Instructions to follow |
Return the run of lines below that opens with the line containing "v 46 -34.966 0.741" and closes with the line containing "v -8.897 40 -9.479", keeping each one exact.

[Records shown]

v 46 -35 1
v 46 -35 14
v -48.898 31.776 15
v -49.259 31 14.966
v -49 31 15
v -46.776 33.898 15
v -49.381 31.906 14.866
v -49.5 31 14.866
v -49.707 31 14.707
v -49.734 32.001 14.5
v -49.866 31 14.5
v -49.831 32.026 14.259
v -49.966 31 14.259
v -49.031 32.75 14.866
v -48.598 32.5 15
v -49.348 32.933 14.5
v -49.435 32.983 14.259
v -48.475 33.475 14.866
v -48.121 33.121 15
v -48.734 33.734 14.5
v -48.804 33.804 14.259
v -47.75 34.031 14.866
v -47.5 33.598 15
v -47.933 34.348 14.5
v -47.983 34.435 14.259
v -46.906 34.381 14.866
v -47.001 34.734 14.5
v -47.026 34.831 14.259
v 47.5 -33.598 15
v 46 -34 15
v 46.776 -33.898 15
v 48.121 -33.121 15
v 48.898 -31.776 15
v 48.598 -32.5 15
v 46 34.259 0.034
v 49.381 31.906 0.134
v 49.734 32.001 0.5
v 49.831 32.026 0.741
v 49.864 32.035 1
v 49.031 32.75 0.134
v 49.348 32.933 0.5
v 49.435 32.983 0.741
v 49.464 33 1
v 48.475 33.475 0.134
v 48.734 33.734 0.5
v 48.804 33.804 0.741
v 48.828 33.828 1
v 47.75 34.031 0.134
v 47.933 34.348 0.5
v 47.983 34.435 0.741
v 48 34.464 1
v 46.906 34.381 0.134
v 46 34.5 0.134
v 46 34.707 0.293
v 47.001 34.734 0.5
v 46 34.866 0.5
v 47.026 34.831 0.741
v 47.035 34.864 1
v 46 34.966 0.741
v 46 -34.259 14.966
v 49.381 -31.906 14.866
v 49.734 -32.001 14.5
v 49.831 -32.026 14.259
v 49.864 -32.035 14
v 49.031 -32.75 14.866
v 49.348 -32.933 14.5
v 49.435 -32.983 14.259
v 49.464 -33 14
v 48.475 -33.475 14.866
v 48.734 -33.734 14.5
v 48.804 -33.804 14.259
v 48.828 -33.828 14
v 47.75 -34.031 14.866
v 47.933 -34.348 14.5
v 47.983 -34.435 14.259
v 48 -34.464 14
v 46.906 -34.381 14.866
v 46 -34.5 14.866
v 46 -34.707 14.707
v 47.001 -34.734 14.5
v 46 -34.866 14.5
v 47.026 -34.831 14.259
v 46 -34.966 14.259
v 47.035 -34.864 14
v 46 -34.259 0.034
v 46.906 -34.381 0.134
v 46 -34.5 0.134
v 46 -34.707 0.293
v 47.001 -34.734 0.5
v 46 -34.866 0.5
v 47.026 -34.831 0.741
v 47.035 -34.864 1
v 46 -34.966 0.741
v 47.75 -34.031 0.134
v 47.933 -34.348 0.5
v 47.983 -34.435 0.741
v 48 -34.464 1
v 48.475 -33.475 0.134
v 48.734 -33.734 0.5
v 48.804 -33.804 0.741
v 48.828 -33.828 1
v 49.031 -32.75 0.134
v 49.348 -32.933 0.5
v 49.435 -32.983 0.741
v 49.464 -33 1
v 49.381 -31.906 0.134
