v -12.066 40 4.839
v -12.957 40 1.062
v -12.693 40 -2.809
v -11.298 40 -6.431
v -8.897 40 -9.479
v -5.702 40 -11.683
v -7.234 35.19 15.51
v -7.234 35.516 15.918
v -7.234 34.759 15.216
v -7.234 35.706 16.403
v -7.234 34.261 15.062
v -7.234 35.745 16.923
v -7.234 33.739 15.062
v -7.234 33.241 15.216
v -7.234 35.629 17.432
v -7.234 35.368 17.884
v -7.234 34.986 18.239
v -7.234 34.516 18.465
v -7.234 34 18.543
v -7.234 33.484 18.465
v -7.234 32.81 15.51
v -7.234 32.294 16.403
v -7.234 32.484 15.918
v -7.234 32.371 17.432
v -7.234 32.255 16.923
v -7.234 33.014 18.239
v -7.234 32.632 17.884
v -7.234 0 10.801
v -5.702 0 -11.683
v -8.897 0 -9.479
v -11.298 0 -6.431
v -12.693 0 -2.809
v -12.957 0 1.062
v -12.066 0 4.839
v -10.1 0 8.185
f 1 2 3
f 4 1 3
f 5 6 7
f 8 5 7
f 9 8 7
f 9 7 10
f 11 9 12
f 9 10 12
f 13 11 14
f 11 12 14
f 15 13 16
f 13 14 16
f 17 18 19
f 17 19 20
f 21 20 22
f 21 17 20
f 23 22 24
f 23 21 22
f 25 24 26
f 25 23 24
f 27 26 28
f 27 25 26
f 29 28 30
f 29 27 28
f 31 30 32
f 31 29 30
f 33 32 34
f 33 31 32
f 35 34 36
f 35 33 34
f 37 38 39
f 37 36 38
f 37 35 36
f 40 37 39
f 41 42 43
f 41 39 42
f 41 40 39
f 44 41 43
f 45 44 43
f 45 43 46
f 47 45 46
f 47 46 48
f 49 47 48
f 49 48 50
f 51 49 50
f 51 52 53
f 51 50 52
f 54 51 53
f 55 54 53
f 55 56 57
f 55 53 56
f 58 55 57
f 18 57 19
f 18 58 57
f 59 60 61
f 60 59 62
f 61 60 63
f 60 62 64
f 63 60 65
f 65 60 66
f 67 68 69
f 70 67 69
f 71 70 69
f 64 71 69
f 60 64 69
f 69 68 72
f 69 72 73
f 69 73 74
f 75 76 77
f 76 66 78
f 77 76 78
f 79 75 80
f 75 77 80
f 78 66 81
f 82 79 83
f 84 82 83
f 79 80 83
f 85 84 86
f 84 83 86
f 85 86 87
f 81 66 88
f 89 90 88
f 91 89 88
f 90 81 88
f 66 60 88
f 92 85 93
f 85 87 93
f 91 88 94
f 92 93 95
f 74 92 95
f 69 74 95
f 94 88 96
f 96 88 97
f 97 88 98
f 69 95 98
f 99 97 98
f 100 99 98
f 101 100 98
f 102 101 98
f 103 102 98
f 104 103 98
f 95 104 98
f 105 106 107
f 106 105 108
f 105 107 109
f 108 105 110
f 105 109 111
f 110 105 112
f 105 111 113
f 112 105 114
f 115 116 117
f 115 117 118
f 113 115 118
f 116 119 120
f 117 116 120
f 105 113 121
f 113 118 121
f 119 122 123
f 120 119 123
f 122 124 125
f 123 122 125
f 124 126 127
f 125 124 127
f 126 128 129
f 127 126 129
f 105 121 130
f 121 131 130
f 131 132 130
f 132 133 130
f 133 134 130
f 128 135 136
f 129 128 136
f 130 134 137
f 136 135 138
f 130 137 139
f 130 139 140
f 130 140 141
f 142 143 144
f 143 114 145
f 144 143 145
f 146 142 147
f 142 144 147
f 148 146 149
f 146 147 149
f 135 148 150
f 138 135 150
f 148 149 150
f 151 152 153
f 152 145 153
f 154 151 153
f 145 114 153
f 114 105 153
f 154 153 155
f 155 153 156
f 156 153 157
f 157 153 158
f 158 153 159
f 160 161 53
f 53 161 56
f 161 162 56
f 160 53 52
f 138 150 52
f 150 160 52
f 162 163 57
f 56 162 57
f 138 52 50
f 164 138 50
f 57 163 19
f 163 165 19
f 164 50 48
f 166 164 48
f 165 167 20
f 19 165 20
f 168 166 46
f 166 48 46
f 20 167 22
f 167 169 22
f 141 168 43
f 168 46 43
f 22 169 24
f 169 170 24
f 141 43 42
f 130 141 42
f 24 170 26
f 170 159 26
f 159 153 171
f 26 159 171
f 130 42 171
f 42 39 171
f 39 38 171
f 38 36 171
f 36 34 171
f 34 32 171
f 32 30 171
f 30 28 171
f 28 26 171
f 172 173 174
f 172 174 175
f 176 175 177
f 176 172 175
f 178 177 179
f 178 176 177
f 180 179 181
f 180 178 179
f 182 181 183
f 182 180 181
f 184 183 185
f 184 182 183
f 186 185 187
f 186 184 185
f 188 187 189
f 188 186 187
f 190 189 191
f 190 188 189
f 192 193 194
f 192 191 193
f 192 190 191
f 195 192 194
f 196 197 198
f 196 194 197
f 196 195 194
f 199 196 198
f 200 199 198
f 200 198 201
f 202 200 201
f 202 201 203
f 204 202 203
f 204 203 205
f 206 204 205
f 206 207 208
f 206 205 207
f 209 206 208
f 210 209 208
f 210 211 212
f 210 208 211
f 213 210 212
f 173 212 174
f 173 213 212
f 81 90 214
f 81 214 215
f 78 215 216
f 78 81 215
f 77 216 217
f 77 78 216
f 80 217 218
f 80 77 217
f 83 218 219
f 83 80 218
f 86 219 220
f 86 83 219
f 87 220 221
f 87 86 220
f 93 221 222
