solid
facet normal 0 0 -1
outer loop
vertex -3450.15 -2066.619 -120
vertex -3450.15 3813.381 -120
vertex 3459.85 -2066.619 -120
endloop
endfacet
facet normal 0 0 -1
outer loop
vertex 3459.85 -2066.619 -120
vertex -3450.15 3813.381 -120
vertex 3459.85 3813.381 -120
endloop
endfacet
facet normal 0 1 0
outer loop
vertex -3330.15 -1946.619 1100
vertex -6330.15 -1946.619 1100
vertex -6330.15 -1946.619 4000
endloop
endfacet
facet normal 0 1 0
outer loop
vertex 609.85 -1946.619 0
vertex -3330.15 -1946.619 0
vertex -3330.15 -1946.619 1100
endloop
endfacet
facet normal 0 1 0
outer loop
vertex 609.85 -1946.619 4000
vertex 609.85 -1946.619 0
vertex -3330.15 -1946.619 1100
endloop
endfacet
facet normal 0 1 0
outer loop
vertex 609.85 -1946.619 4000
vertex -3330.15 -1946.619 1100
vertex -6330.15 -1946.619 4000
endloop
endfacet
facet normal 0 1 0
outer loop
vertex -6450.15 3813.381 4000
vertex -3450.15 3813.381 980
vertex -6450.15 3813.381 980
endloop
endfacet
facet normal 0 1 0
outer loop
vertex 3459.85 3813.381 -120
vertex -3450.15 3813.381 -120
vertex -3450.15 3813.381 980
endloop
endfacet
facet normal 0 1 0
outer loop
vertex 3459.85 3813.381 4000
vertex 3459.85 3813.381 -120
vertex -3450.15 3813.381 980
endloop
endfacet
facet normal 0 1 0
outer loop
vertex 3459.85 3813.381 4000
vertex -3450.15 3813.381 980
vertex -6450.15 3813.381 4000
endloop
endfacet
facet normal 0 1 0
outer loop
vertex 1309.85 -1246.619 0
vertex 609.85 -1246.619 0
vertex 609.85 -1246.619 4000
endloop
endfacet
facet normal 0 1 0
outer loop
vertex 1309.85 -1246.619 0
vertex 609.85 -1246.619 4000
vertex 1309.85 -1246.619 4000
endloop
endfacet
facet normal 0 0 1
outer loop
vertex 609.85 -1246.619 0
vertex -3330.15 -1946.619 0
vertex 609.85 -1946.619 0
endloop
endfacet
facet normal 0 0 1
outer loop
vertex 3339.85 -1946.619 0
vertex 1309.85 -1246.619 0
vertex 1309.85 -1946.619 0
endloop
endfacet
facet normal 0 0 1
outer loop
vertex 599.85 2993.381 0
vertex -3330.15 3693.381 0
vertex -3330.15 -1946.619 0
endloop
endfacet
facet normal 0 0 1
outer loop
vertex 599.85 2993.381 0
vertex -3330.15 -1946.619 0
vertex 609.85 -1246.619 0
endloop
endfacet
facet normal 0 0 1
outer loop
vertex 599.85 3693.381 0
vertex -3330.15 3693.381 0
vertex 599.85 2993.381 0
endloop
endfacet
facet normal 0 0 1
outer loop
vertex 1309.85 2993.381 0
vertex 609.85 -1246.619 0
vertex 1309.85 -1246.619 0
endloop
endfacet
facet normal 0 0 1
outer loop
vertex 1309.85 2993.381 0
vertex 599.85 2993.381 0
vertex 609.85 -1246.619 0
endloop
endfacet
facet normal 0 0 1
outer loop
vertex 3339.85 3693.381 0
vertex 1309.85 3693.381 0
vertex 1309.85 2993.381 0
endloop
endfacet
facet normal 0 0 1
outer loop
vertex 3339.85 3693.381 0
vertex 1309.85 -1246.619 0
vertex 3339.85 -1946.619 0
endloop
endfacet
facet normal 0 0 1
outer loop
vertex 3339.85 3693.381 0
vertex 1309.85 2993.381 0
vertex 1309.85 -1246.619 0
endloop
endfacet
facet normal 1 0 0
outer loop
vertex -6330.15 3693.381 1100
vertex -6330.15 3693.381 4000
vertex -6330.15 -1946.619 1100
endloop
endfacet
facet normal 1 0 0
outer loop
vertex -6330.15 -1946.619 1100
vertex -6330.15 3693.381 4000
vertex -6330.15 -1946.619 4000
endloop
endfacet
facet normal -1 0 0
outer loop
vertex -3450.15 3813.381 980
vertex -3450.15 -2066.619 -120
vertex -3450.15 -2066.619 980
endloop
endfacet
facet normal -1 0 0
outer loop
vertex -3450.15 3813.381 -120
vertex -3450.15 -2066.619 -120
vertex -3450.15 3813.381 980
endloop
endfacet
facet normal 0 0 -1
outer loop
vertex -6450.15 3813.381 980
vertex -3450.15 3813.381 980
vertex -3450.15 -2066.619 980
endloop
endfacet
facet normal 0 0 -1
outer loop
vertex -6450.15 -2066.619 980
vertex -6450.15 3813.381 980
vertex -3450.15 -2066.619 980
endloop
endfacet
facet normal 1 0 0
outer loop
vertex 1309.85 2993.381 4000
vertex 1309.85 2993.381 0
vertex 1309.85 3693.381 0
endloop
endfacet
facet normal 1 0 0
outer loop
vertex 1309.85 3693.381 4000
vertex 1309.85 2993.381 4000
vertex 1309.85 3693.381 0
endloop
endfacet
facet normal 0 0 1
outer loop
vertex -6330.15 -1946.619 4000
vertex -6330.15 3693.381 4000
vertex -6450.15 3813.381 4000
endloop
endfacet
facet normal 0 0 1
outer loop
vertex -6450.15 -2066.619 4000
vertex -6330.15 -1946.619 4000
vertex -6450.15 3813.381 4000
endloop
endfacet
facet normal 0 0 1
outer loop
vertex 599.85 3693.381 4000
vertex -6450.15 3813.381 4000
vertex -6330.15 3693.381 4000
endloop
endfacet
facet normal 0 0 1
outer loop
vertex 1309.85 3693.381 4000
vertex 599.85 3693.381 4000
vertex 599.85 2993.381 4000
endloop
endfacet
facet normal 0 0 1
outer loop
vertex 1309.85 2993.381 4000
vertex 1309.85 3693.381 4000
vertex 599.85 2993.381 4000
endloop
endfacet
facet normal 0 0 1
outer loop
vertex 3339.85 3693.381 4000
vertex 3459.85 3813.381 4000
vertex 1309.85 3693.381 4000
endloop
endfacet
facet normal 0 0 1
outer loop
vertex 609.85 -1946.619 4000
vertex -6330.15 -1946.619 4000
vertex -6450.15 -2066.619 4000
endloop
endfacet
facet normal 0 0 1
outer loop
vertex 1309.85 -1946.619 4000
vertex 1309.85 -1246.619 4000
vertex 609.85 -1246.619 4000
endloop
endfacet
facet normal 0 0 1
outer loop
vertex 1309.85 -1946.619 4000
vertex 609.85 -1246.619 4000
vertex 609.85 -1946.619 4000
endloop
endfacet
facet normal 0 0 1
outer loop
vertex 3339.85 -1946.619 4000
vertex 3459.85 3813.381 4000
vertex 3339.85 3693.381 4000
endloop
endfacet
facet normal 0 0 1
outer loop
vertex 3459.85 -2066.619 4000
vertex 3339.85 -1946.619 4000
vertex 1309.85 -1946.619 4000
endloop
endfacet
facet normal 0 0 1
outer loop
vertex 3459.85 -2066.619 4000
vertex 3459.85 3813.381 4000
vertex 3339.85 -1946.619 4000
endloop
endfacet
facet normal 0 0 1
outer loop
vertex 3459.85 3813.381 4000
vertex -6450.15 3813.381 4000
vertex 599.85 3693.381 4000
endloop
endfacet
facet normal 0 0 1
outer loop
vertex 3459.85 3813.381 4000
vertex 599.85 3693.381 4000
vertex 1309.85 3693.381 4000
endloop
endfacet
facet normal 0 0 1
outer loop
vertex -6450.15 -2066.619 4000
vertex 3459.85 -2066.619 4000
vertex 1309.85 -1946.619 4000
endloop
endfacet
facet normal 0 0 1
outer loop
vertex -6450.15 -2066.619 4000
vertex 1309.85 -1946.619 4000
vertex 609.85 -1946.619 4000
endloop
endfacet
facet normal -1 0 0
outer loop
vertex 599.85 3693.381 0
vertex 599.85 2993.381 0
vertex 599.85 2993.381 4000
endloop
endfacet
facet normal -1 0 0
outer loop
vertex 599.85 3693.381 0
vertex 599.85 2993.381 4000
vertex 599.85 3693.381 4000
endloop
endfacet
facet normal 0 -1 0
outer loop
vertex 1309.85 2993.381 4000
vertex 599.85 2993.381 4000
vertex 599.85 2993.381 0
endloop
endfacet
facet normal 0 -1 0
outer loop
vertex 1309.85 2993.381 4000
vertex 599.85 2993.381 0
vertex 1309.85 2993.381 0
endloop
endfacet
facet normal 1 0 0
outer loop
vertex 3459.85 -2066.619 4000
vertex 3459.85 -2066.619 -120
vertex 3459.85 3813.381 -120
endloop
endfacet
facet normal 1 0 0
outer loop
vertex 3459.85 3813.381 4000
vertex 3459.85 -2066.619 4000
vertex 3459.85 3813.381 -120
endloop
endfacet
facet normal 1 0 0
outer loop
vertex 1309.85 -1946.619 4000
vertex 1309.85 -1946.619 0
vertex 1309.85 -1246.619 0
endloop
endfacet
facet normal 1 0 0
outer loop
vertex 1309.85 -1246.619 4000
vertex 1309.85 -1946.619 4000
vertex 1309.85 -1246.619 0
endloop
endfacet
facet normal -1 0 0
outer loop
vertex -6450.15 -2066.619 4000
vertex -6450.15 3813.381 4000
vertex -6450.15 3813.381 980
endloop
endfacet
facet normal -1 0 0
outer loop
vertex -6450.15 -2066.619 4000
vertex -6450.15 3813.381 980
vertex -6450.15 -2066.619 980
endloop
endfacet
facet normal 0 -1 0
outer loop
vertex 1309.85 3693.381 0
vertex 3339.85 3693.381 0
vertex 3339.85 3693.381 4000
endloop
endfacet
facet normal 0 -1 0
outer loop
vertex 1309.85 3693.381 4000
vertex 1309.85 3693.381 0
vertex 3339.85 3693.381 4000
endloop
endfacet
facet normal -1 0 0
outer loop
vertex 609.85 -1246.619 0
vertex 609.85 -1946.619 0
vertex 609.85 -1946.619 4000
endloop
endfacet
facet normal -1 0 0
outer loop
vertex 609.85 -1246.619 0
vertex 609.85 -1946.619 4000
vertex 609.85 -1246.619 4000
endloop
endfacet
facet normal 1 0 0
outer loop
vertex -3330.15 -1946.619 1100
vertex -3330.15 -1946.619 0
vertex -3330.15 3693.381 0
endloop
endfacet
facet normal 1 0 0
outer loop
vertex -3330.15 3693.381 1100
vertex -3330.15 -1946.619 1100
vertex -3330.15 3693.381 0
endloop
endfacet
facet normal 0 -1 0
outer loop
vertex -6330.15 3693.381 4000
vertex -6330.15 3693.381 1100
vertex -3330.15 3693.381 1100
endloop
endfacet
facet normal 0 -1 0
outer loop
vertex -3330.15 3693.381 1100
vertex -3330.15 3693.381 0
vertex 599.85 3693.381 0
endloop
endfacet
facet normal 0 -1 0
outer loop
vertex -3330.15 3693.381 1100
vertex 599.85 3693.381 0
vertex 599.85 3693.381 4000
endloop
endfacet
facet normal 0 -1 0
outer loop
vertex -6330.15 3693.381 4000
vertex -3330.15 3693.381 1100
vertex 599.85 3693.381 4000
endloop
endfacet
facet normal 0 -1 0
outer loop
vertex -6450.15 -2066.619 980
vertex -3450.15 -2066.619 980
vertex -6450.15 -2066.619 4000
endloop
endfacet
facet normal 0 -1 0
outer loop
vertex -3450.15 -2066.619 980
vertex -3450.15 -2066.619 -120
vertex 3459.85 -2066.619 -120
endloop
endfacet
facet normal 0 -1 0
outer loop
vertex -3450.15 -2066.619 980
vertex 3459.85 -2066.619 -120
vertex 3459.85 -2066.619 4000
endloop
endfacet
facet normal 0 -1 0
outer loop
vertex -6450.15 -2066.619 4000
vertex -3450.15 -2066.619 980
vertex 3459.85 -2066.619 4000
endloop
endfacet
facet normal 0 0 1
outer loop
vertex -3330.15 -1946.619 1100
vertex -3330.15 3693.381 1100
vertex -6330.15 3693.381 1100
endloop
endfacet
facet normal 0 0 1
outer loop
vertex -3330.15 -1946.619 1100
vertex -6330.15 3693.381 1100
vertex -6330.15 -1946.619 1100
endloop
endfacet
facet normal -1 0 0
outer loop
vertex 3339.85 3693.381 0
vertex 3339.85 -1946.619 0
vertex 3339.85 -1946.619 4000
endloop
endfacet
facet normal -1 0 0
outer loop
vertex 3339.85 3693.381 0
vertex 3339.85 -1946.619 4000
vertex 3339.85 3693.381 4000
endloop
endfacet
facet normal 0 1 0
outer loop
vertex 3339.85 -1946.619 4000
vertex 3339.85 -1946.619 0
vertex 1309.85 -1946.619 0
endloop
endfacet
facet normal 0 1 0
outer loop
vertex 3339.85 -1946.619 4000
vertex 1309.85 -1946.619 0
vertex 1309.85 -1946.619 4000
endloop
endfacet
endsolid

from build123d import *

# Parameters (mm, degrees)
F0_W     = 6670
F0_H     = 5640
F1_DEPTH = 4000
F2_W     = 5640
F2_H     = 2900
F3_DEPTH = 3000
F4_T     = 120
F5_W     = 700
F5_H     = 700
F5_W_2   = 710
F6_DEPTH = 4000


with BuildPart() as f1:
    # F0 (on Top) → F1 (new body)
    with BuildSketch(Plane.XY):
        with Locations((4.8496238887, 873.3809552149)):
            Rectangle(F0_W, F0_H)
    extrude(amount=F1_DEPTH)

    # F2 (on face) → F3 (join)
    with BuildSketch(Plane(origin=(-3330.1503761113, 0, 0), x_dir=(0, -1, 0), z_dir=(-1, 0, 0))):
        with Locations((-873.3809552149, 2550)):
            Rectangle(F2_W, F2_H)
    extrude(amount=F3_DEPTH)

    # F4
    f4_openings = [f1.faces().sort_by_distance(p)[0] for p in [
        (-1495.150376, 873.380955, 4000),
    ]]
    offset(amount=F4_T, openings=f4_openings, kind=Kind.INTERSECTION)

    # F5 (on face) → F6 (join, through all)
    with BuildSketch(Plane.XY):
        with Locations((959.8496238887, -1596.6190447851)):
            Rectangle(F5_W, F5_H)
        with Locations((954.8496238887, 3343.3809552149)):
            Rectangle(F5_W_2, F5_H)
    extrude(amount=F6_DEPTH)


solid = f1.part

[/Records shown]

Reply |
v 46 -34.966 0.741
v 47.75 -34.031 0.134
v 47.933 -34.348 0.5
v 47.983 -34.435 0.741
v 48 -34.464 1
v 48.475 -33.475 0.134
v 48.734 -33.734 0.5
v 48.804 -33.804 0.741
v 48.828 -33.828 1
v 49.031 -32.75 0.134
v 49.348 -32.933 0.5
v 49.435 -32.983 0.741
v 49.464 -33 1
v 49.381 -31.906 0.134
v -12.066 40 4.839
v -12.957 40 1.062
v -12.693 40 -2.809
v -11.298 40 -6.431
v -8.897 40 -9.479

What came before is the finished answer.